Main Outcomes and Measures: Multivariate analysis was performed to identify independently associated patient characteristics and perioperative variables. Preoperative medical and treatment history, revision and primary surgery, preoperative and post-operative SNOT-22 and NOSE scores, Lund-McKay scores were recorded when available. Post-operative data was assessed at a minimum of two months after the index procedure. Post-operative complications were included.
Results
Ninety-one (91) patients met criteria. 21.2% of the geriatric patients were taking systemic anticoagulation prior to surgery, and underwent treatment with nasal steroids (25.0%), oral antibiotics (67.7%), nasal irrigations (48.4%), and systemic steroids (37.5%) over an average of 7.3 months prior to surgery. There was an average post-operative reduction of 15.0 points (p < 0.0001) and 42.5 points (p = 0.0008) for SNOT-22 and NOSE scores, respectively. Average operative time was 117.4 minutes in geriatric patients compared to 183.4 minutes in younger patients (p = 0.004), with an average estimated blood loss of 55.6 milliliters (mL) compared to younger patients (111.8 mL) (p = 0.04). Linear regression identified revision surgery as associated with reductions in Sinonasal Outcome Test (SNOT-22) scores (p = 0.011). Geriatric patients had a shorter operative time (p = 0.011) while male sex was associated with a longer operative time (p = 0.014). Patients over 65 had fewer minor complications (p = 0.01), and there were no major complications in either group.
Conclusions and Relevance
Geriatric sinus surgery is effective and safe in this cohort of patients.
Introduction
Chronic rhinosinusitis (CRS) is the sixth most common disease affecting the elderly population. 1 The scope of the disease and the fundamentals of its management have been well described in the Otolaryngology literature, yet limited data exists to codify surgical outcomes of functional endoscopic sinus surgery in a geriatric cohort (GESS). Otolaryngology practice is being fundamentally altered to care for an increasingly aged population, and as such more data is needed to describe the surgical management of geriatric patients suffering from CRS.

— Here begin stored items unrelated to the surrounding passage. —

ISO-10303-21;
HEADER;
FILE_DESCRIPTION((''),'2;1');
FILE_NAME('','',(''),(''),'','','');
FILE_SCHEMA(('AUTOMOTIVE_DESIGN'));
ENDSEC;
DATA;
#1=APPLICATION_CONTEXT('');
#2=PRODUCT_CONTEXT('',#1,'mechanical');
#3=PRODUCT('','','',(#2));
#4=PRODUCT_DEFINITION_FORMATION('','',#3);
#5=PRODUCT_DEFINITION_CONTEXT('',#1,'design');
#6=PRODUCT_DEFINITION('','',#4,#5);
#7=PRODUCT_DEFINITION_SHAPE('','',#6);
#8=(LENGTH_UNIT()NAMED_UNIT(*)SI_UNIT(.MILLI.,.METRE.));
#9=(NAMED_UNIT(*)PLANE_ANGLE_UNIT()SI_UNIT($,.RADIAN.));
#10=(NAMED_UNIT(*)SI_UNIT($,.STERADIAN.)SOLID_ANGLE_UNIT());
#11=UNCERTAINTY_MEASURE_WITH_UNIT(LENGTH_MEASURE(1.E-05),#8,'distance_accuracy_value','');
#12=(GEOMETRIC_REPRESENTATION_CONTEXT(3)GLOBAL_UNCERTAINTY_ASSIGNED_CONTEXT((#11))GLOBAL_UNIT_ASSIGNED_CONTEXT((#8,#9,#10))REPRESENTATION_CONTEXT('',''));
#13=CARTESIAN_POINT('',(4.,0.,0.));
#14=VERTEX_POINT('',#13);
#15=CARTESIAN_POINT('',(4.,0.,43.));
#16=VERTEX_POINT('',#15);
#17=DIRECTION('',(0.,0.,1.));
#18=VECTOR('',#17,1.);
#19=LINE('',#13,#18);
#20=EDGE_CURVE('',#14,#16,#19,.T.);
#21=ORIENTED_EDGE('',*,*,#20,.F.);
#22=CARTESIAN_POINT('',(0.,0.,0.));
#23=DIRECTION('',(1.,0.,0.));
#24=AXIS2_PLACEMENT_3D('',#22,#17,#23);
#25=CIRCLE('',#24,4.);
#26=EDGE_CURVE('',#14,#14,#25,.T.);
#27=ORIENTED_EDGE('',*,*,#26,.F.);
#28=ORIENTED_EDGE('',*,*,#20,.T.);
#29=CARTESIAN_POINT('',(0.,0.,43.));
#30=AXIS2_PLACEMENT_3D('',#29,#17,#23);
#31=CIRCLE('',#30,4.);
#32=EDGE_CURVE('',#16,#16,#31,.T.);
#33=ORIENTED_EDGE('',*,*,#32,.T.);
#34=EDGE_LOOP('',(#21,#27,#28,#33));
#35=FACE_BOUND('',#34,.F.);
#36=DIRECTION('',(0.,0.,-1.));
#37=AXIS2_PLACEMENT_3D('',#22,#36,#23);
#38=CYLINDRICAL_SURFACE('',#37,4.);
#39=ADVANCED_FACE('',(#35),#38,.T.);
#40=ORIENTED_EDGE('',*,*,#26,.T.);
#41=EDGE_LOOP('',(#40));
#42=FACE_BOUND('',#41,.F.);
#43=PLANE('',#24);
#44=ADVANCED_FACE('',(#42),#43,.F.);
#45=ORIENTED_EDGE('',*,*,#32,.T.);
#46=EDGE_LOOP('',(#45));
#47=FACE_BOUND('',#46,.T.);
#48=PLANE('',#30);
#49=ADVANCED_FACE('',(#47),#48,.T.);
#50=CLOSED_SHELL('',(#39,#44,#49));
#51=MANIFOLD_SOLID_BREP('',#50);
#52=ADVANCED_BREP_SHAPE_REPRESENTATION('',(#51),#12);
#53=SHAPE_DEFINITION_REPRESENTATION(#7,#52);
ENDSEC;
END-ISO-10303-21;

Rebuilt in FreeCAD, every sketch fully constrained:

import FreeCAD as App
import Part
import Sketcher

V = App.Vector
Q = App.Units.Quantity

doc = App.newDocument("Part")
body = doc.addObject("PartDesign::Body", "Body")

# Sketch on XY plane
sketch1 = body.newObject("Sketcher::SketchObject", "Sketch")
sketch1.AttachmentSupport = (doc.getObject("XY_Plane"), [""])
sketch1.MapMode = "FlatFace"
sketch1.addGeometry(Part.Circle(V(0, 0, 0), V(0, 0, 1), 4), False)
sketch1.addConstraint([
    Sketcher.Constraint("Coincident", 0, 3, -1, 1),
    Sketcher.Constraint("Diameter", 0, Q("8 mm")),
])
pad1 = body.newObject("PartDesign::Pad", "Pad")
pad1.Profile = sketch1
pad1.Length = 43

doc.recompute()
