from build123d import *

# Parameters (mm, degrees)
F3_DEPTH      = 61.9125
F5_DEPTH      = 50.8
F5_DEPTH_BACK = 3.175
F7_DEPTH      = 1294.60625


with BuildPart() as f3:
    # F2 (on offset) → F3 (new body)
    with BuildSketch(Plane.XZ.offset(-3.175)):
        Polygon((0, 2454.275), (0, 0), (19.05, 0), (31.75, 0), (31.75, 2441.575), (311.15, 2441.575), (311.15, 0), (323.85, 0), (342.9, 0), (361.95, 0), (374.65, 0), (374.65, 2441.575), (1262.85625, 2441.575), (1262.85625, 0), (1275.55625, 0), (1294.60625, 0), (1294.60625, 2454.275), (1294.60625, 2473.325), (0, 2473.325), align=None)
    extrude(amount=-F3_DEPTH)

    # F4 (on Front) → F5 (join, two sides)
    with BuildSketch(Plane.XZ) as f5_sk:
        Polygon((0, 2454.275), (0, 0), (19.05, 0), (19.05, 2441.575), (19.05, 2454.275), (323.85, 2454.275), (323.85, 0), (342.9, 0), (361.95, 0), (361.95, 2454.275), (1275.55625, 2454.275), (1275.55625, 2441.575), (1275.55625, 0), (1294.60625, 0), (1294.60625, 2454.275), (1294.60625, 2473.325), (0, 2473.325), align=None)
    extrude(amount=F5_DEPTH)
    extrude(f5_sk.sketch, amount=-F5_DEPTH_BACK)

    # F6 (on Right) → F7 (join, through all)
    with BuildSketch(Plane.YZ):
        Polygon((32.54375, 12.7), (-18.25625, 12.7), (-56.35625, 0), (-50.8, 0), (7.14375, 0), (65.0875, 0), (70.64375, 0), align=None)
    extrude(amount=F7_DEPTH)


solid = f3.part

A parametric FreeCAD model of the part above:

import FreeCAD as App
import Part
import Sketcher
from FreeCAD import Vector
Q = App.Units.Quantity


def add_polygon(sketch, points):
    """Adds a closed chain of lines whose ends are joined by coincident constraints."""
    first, n = sketch.GeometryCount, len(points)
    for a, b in zip(points, points[1:] + points[:1]):
        sketch.addGeometry(Part.LineSegment(App.Vector(*a, 0), App.Vector(*b, 0)), False)
    for i in range(n):
        sketch.addConstraint(Sketcher.Constraint("Coincident", first + i, 2, first + (i + 1) % n, 1))

doc = App.newDocument("Part")
body = doc.addObject("PartDesign::Body", "Body")

sketch1 = body.newObject("Sketcher::SketchObject", "Sketch")
sketch1.AttachmentSupport = (doc.getObject("XZ_Plane"), [""])
sketch1.MapMode = "FlatFace"
sketch1.AttachmentOffset = App.Placement(Vector(0, 0, -0.125 * 25.4), App.Rotation())
add_polygon(sketch1, [(0, 0), (31.75, 0), (31.75, 2441.575), (311.15, 2441.575), (311.15, 0), (374.65, 0), (374.65, 2441.575), (1262.85625, 2441.575), (1262.85625, 0), (1294.60625, 0), (1294.60625, 2473.325), (0, 2473.325)])
sketch1.addConstraint(Sketcher.Constraint("Horizontal", 0))
sketch1.addConstraint(Sketcher.Constraint("Vertical", 1))
sketch1.addConstraint(Sketcher.Constraint("Horizontal", 2))
sketch1.addConstraint(Sketcher.Constraint("Vertical", 3))
sketch1.addConstraint(Sketcher.Constraint("Horizontal", 4))
sketch1.addConstraint(Sketcher.Constraint("Vertical", 5))
sketch1.addConstraint(Sketcher.Constraint("Horizontal", 6))
sketch1.addConstraint(Sketcher.Constraint("Vertical", 7))
sketch1.addConstraint(Sketcher.Constraint("Horizontal", 8))
sketch1.addConstraint(Sketcher.Constraint("Vertical", 9))
sketch1.addConstraint(Sketcher.Constraint("Horizontal", 10))
sketch1.addConstraint(Sketcher.Constraint("Vertical", 11))
sketch1.addConstraint(Sketcher.Constraint("Coincident", 11, 2, -1, 1))
sketch1.addConstraint(Sketcher.Constraint("PointOnObject", 3, 2, -1))
sketch1.addConstraint(Sketcher.Constraint("PointOnObject", 7, 2, -1))
sketch1.addConstraint(Sketcher.Constraint("Horizontal", 2, 2, 5, 2))
sketch1.addConstraint(Sketcher.Constraint("Equal", 0, 8))
sketch1.addConstraint(Sketcher.Constraint("DistanceX", 2, 1, 2, 2, Q("11 in")))
sketch1.addConstraint(Sketcher.Constraint("DistanceX", 4, 1, 4, 2, Q("2.5 in")))
sketch1.addConstraint(Sketcher.Constraint("DistanceX", 0, 1, 0, 2, Q("1.25 in")))
sketch1.addConstraint(Sketcher.Constraint("DistanceX", 6, 1, 6, 2, Q("34.96875 in")))
sketch1.addConstraint(Sketcher.Constraint("DistanceY", 1, 1, 1, 2, Q("96.125 in")))
sketch1.addConstraint(Sketcher.Constraint("DistanceY", 9, 1, 9, 2, Q("97.375 in")))
pad1 = body.newObject("PartDesign::Pad", "Pad")
pad1.Profile = sketch1
pad1.Length = Q("2.4375 in")
pad1.Reversed = True

sketch2 = body.newObject("Sketcher::SketchObject", "Sketch001")
sketch2.AttachmentSupport = (doc.getObject("XZ_Plane"), [""])
sketch2.MapMode = "FlatFace"
add_polygon(sketch2, [(0, 0), (19.05, 0), (19.05, 2454.275), (323.85, 2454.275), (323.85, 0), (361.95, 0), (361.95, 2454.275), (1275.55625, 2454.275), (1275.55625, 0), (1294.60625, 0), (1294.60625, 2473.325), (0, 2473.325)])
sketch2.addConstraint(Sketcher.Constraint("Horizontal", 0))
sketch2.addConstraint(Sketcher.Constraint("Vertical", 1))
sketch2.addConstraint(Sketcher.Constraint("Horizontal", 2))
sketch2.addConstraint(Sketcher.Constraint("Vertical", 3))
sketch2.addConstraint(Sketcher.Constraint("Horizontal", 4))
sketch2.addConstraint(Sketcher.Constraint("Vertical", 5))
sketch2.addConstraint(Sketcher.Constraint("Horizontal", 6))
sketch2.addConstraint(Sketcher.Constraint("Vertical", 7))
sketch2.addConstraint(Sketcher.Constraint("Horizontal", 8))
sketch2.addConstraint(Sketcher.Constraint("Vertical", 9))
sketch2.addConstraint(Sketcher.Constraint("Horizontal", 10))
sketch2.addConstraint(Sketcher.Constraint("Vertical", 11))
sketch2.addConstraint(Sketcher.Constraint("Coincident", 11, 2, -1, 1))
sketch2.addConstraint(Sketcher.Constraint("PointOnObject", 3, 2, -1))
sketch2.addConstraint(Sketcher.Constraint("PointOnObject", 7, 2, -1))
sketch2.addConstraint(Sketcher.Constraint("Horizontal", 2, 2, 5, 2))
sketch2.addConstraint(Sketcher.Constraint("Equal", 0, 8))
sketch2.addConstraint(Sketcher.Constraint("DistanceX", 2, 1, 2, 2, Q("12 in")))
sketch2.addConstraint(Sketcher.Constraint("DistanceX", 4, 1, 4, 2, Q("1.5 in")))
sketch2.addConstraint(Sketcher.Constraint("DistanceX", 0, 1, 0, 2, Q("0.75 in")))
sketch2.addConstraint(Sketcher.Constraint("DistanceX", 6, 1, 6, 2, Q("35.96875 in")))
sketch2.addConstraint(Sketcher.Constraint("DistanceY", 1, 1, 1, 2, Q("96.625 in")))
sketch2.addConstraint(Sketcher.Constraint("DistanceY", 9, 1, 9, 2, Q("97.375 in")))
pad2 = body.newObject("PartDesign::Pad", "Pad001")
pad2.Profile = sketch2
pad2.Type = "TwoLengths"
pad2.Length = Q("2 in")
pad2.Length2 = Q("0.125 in")

sketch3 = body.newObject("Sketcher::SketchObject", "Sketch002")
sketch3.AttachmentSupport = (doc.getObject("YZ_Plane"), [""])
sketch3.MapMode = "FlatFace"
add_polygon(sketch3, [(32.54375, 12.7), (-18.25625, 12.7), (-56.35625, 0), (70.64375, 0)])
sketch3.addConstraint(Sketcher.Constraint("Horizontal", 0))
sketch3.addConstraint(Sketcher.Constraint("Horizontal", 2))
sketch3.addConstraint(Sketcher.Constraint("PointOnObject", 1, 2, -1))
sketch3.addConstraint(Sketcher.Constraint("Equal", 1, 3))
sketch3.addConstraint(Sketcher.Constraint("DistanceX", 0, 2, 0, 1, Q("2 in")))
sketch3.addConstraint(Sketcher.Constraint("DistanceX", 2, 1, 2, 2, Q("5 in")))
sketch3.addConstraint(Sketcher.Constraint("DistanceY", -1, 1, 0, 2, Q("0.5 in")))
sketch3.addConstraint(Sketcher.Constraint("DistanceX", 0, 2, -1, 1, Q("0.71875 in")))
pad3 = body.newObject("PartDesign::Pad", "Pad002")
pad3.Profile = sketch3
pad3.Type = "UpToLast"

doc.recompute()
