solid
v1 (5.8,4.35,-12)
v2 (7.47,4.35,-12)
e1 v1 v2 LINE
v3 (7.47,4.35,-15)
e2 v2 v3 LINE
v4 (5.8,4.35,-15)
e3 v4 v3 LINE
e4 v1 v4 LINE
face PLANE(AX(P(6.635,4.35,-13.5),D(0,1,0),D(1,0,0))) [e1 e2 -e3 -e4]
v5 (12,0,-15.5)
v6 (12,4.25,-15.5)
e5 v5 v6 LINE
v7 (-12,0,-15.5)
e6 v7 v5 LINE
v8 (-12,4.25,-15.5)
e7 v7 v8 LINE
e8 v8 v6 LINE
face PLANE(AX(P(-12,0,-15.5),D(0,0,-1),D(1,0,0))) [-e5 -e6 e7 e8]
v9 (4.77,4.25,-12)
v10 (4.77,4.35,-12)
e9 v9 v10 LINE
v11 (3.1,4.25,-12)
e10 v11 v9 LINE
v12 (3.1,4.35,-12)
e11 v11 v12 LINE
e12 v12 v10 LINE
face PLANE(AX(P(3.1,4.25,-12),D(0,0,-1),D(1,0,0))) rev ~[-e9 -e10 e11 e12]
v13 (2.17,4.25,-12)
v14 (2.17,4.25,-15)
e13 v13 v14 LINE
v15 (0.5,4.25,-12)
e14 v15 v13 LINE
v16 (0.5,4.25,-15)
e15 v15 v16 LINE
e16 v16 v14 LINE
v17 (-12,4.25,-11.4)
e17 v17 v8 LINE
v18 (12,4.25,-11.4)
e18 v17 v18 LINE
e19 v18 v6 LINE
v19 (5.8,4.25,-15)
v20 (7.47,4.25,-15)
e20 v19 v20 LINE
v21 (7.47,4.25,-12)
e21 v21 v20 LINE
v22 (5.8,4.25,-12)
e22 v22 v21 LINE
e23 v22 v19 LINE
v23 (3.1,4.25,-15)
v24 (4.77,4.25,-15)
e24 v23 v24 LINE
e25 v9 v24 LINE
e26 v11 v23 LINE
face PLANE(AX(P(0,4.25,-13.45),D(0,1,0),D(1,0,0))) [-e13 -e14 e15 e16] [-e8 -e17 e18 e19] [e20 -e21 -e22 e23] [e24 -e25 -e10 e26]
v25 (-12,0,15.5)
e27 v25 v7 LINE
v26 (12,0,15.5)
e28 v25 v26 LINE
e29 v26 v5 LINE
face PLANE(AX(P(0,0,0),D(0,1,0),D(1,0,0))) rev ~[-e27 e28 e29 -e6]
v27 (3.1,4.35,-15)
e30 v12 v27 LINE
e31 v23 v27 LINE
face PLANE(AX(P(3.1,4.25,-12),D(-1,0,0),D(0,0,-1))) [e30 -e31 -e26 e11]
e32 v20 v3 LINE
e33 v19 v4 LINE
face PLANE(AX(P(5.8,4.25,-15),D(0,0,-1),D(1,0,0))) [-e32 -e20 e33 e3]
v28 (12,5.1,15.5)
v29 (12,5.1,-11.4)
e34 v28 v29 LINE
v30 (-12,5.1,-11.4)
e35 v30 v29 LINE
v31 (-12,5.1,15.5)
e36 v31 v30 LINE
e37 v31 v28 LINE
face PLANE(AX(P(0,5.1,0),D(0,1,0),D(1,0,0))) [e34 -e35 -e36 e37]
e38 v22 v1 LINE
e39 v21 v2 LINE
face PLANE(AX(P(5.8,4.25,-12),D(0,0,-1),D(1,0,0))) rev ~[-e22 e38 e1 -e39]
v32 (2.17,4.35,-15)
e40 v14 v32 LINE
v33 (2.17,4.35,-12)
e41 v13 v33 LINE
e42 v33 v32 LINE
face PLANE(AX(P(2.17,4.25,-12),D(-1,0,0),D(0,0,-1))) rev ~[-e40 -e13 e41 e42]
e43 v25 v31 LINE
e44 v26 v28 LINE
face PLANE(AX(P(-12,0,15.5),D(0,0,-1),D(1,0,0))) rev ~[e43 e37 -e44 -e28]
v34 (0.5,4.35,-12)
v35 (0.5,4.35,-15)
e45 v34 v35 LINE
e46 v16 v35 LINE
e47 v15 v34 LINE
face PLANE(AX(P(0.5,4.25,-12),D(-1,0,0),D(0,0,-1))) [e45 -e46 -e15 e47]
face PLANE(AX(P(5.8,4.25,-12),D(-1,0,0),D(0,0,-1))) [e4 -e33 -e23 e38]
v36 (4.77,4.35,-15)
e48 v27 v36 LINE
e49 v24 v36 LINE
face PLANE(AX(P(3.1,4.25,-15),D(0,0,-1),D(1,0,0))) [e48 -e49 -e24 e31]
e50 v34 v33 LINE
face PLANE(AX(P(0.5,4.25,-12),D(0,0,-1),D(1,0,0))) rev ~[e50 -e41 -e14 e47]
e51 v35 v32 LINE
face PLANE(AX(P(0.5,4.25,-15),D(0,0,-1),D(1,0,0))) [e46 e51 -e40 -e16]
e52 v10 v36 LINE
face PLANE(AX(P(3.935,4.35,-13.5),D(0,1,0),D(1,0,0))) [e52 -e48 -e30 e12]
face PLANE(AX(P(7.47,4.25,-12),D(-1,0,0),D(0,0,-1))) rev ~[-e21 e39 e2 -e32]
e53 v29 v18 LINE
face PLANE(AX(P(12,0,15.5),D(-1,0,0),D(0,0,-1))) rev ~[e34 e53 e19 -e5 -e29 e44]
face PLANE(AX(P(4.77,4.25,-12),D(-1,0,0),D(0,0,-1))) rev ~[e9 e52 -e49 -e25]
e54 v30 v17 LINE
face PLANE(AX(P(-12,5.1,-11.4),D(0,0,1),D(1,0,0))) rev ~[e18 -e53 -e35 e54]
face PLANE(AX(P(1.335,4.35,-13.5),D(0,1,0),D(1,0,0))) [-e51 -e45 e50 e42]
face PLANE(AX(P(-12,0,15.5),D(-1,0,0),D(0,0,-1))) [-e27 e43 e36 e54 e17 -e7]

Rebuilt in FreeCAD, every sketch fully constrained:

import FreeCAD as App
import Part
import Sketcher
Q = App.Units.Quantity

doc = App.newDocument("Part")
body = doc.addObject("PartDesign::Body", "Body")

sketch1 = body.newObject("Sketcher::SketchObject", "Sketch")
sketch1.AttachmentSupport = (doc.getObject("XZ_Plane"), [""])
sketch1.MapMode = "FlatFace"
sketch1.addGeometry([
    Part.LineSegment(App.Vector(-12, -16, 0), App.Vector(-12, 16, 0)),
    Part.LineSegment(App.Vector(-12, 16, 0), App.Vector(12, 16, 0)),
    Part.LineSegment(App.Vector(12, 16, 0), App.Vector(12, -16, 0)),
    Part.LineSegment(App.Vector(12, -16, 0), App.Vector(-12, -16, 0)),
], False)
sketch1.addConstraint([
    Sketcher.Constraint("Coincident", 0, 2, 1, 1),
    Sketcher.Constraint("Coincident", 1, 2, 2, 1),
    Sketcher.Constraint("Coincident", 2, 2, 3, 1),
    Sketcher.Constraint("Coincident", 3, 2, 0, 1),
    Sketcher.Constraint("Vertical", 0),
    Sketcher.Constraint("Horizontal", 1),
    Sketcher.Constraint("Vertical", 2),
    Sketcher.Constraint("Horizontal", 3),
    Sketcher.Constraint("Symmetric", 0, 2, 2, 2, -1, 1),
    Sketcher.Constraint("DistanceX", 1, 1, 1, 2, Q("24 mm")),
    Sketcher.Constraint("DistanceY", 0, 1, 0, 2, Q("31 mm")),
])
pad1 = body.newObject("PartDesign::Pad", "Pad")
pad1.Profile = sketch1
pad1.Length = 5.1
pad1.Reversed = True

sketch2 = body.newObject("Sketcher::SketchObject", "Sketch001")
sketch2.AttachmentSupport = (doc.getObject("XZ_Plane"), [""])
sketch2.MapMode = "FlatFace"
sketch2.AttachmentOffset = App.Placement(App.Vector(0, 0, -5.1), App.Rotation())
sketch2.addGeometry([
    Part.LineSegment(App.Vector(-12, -15.5, 0), App.Vector(-12, -11.4, 0)),
    Part.LineSegment(App.Vector(-12, -11.4, 0), App.Vector(12, -11.4, 0)),
    Part.LineSegment(App.Vector(12, -11.4, 0), App.Vector(12, -15.5, 0)),
    Part.LineSegment(App.Vector(12, -15.5, 0), App.Vector(-12, -15.5, 0)),
], False)
sketch2.addConstraint([
    Sketcher.Constraint("Coincident", 0, 2, 1, 1),
    Sketcher.Constraint("Coincident", 1, 2, 2, 1),
    Sketcher.Constraint("Coincident", 2, 2, 3, 1),
    Sketcher.Constraint("Coincident", 3, 2, 0, 1),
    Sketcher.Constraint("Vertical", 0),
    Sketcher.Constraint("Horizontal", 1),
    Sketcher.Constraint("Vertical", 2),
    Sketcher.Constraint("Horizontal", 3),
    Sketcher.Constraint("DistanceX", 1, 1, 1, 2, Q("24 mm")),
    Sketcher.Constraint("DistanceY", 0, 1, 0, 2, Q("4.1 mm")),
    Sketcher.Constraint("DistanceX", 0, 2, -1, 1, Q("12 mm")),
    Sketcher.Constraint("DistanceY", 0, 2, -1, 1, Q("11.4 mm")),
])
pocket1 = body.newObject("PartDesign::Pocket", "Pocket")
pocket1.Profile = sketch2
pocket1.Length = 0.85
pocket1.Reversed = True

sketch3 = body.newObject("Sketcher::SketchObject", "Sketch002")
sketch3.AttachmentSupport = (doc.getObject("XZ_Plane"), [""])
sketch3.MapMode = "FlatFace"
sketch3.AttachmentOffset = App.Placement(App.Vector(0, 0, -4.25), App.Rotation())
sketch3.addGeometry([
    Part.LineSegment(App.Vector(0.5, -15, 0), App.Vector(0.5, -12, 0)),
    Part.LineSegment(App.Vector(0.5, -12, 0), App.Vector(2.2, -12, 0)),
    Part.LineSegment(App.Vector(2.2, -12, 0), App.Vector(2.2, -15, 0)),
    Part.LineSegment(App.Vector(2.2, -15, 0), App.Vector(0.5, -15, 0)),
    Part.LineSegment(App.Vector(3.1, -15, 0), App.Vector(3.1, -12, 0)),
    Part.LineSegment(App.Vector(3.1, -12, 0), App.Vector(4.8, -12, 0)),
    Part.LineSegment(App.Vector(4.8, -12, 0), App.Vector(4.8, -15, 0)),
    Part.LineSegment(App.Vector(4.8, -15, 0), App.Vector(3.1, -15, 0)),
    Part.LineSegment(App.Vector(5.8, -15, 0), App.Vector(5.8, -12, 0)),
    Part.LineSegment(App.Vector(5.8, -12, 0), App.Vector(7.5, -12, 0)),
    Part.LineSegment(App.Vector(7.5, -12, 0), App.Vector(7.5, -15, 0)),
    Part.LineSegment(App.Vector(7.5, -15, 0), App.Vector(5.8, -15, 0)),
], False)
sketch3.addConstraint([
    Sketcher.Constraint("Coincident", 0, 2, 1, 1),
    Sketcher.Constraint("Coincident", 1, 2, 2, 1),
    Sketcher.Constraint("Coincident", 2, 2, 3, 1),
    Sketcher.Constraint("Coincident", 3, 2, 0, 1),
    Sketcher.Constraint("Coincident", 4, 2, 5, 1),
    Sketcher.Constraint("Coincident", 5, 2, 6, 1),
    Sketcher.Constraint("Coincident", 6, 2, 7, 1),
    Sketcher.Constraint("Coincident", 7, 2, 4, 1),
    Sketcher.Constraint("Coincident", 8, 2, 9, 1),
    Sketcher.Constraint("Coincident", 9, 2, 10, 1),
    Sketcher.Constraint("Coincident", 10, 2, 11, 1),
    Sketcher.Constraint("Coincident", 11, 2, 8, 1),
    Sketcher.Constraint("Vertical", 0),
    Sketcher.Constraint("Horizontal", 1),
    Sketcher.Constraint("Vertical", 2),
    Sketcher.Constraint("Horizontal", 3),
    Sketcher.Constraint("Vertical", 4),
    Sketcher.Constraint("Horizontal", 5),
    Sketcher.Constraint("Vertical", 6),
    Sketcher.Constraint("Horizontal", 7),
    Sketcher.Constraint("Vertical", 8),
    Sketcher.Constraint("Horizontal", 9),
    Sketcher.Constraint("Vertical", 10),
    Sketcher.Constraint("Horizontal", 11),
    Sketcher.Constraint("Horizontal", 1, 2, 4, 2),
    Sketcher.Constraint("Horizontal", 3, 2, 6, 2),
    Sketcher.Constraint("Horizontal", 5, 2, 8, 2),
    Sketcher.Constraint("Horizontal", 7, 2, 10, 2),
    Sketcher.Constraint("Equal", 3, 5),
    Sketcher.Constraint("Equal", 7, 9),
    Sketcher.Constraint("DistanceY", 0, 1, 0, 2, Q("3 mm")),
    Sketcher.Constraint("DistanceY", 0, 2, -1, 1, Q("12 mm")),
    Sketcher.Constraint("DistanceX", 1, 1, 1, 2, Q("1.67 mm")),
    Sketcher.Constraint("DistanceX", -1, 1, 0, 2, Q("0.5 mm")),
    Sketcher.Constraint("DistanceX", -1, 1, 4, 2, Q("3.1 mm")),
    Sketcher.Constraint("DistanceX", -1, 1, 8, 2, Q("5.8 mm")),
])
pad2 = body.newObject("PartDesign::Pad", "Pad001")
pad2.Profile = sketch3
pad2.Length = 0.1
pad2.Reversed = True

doc.recompute()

The study clarifies the impact of functional endoscopic sinus surgery (FESS) to manage symptoms of CRS in geriatric patients compared to a cohort of younger peers, the number of complications in this age group, and compare our data to the existing literature. We hypothesize that the risk of surgery is mitigated by potential benefits from the operative management of CRS in geriatric patients and that the risk of surgery is acceptably low.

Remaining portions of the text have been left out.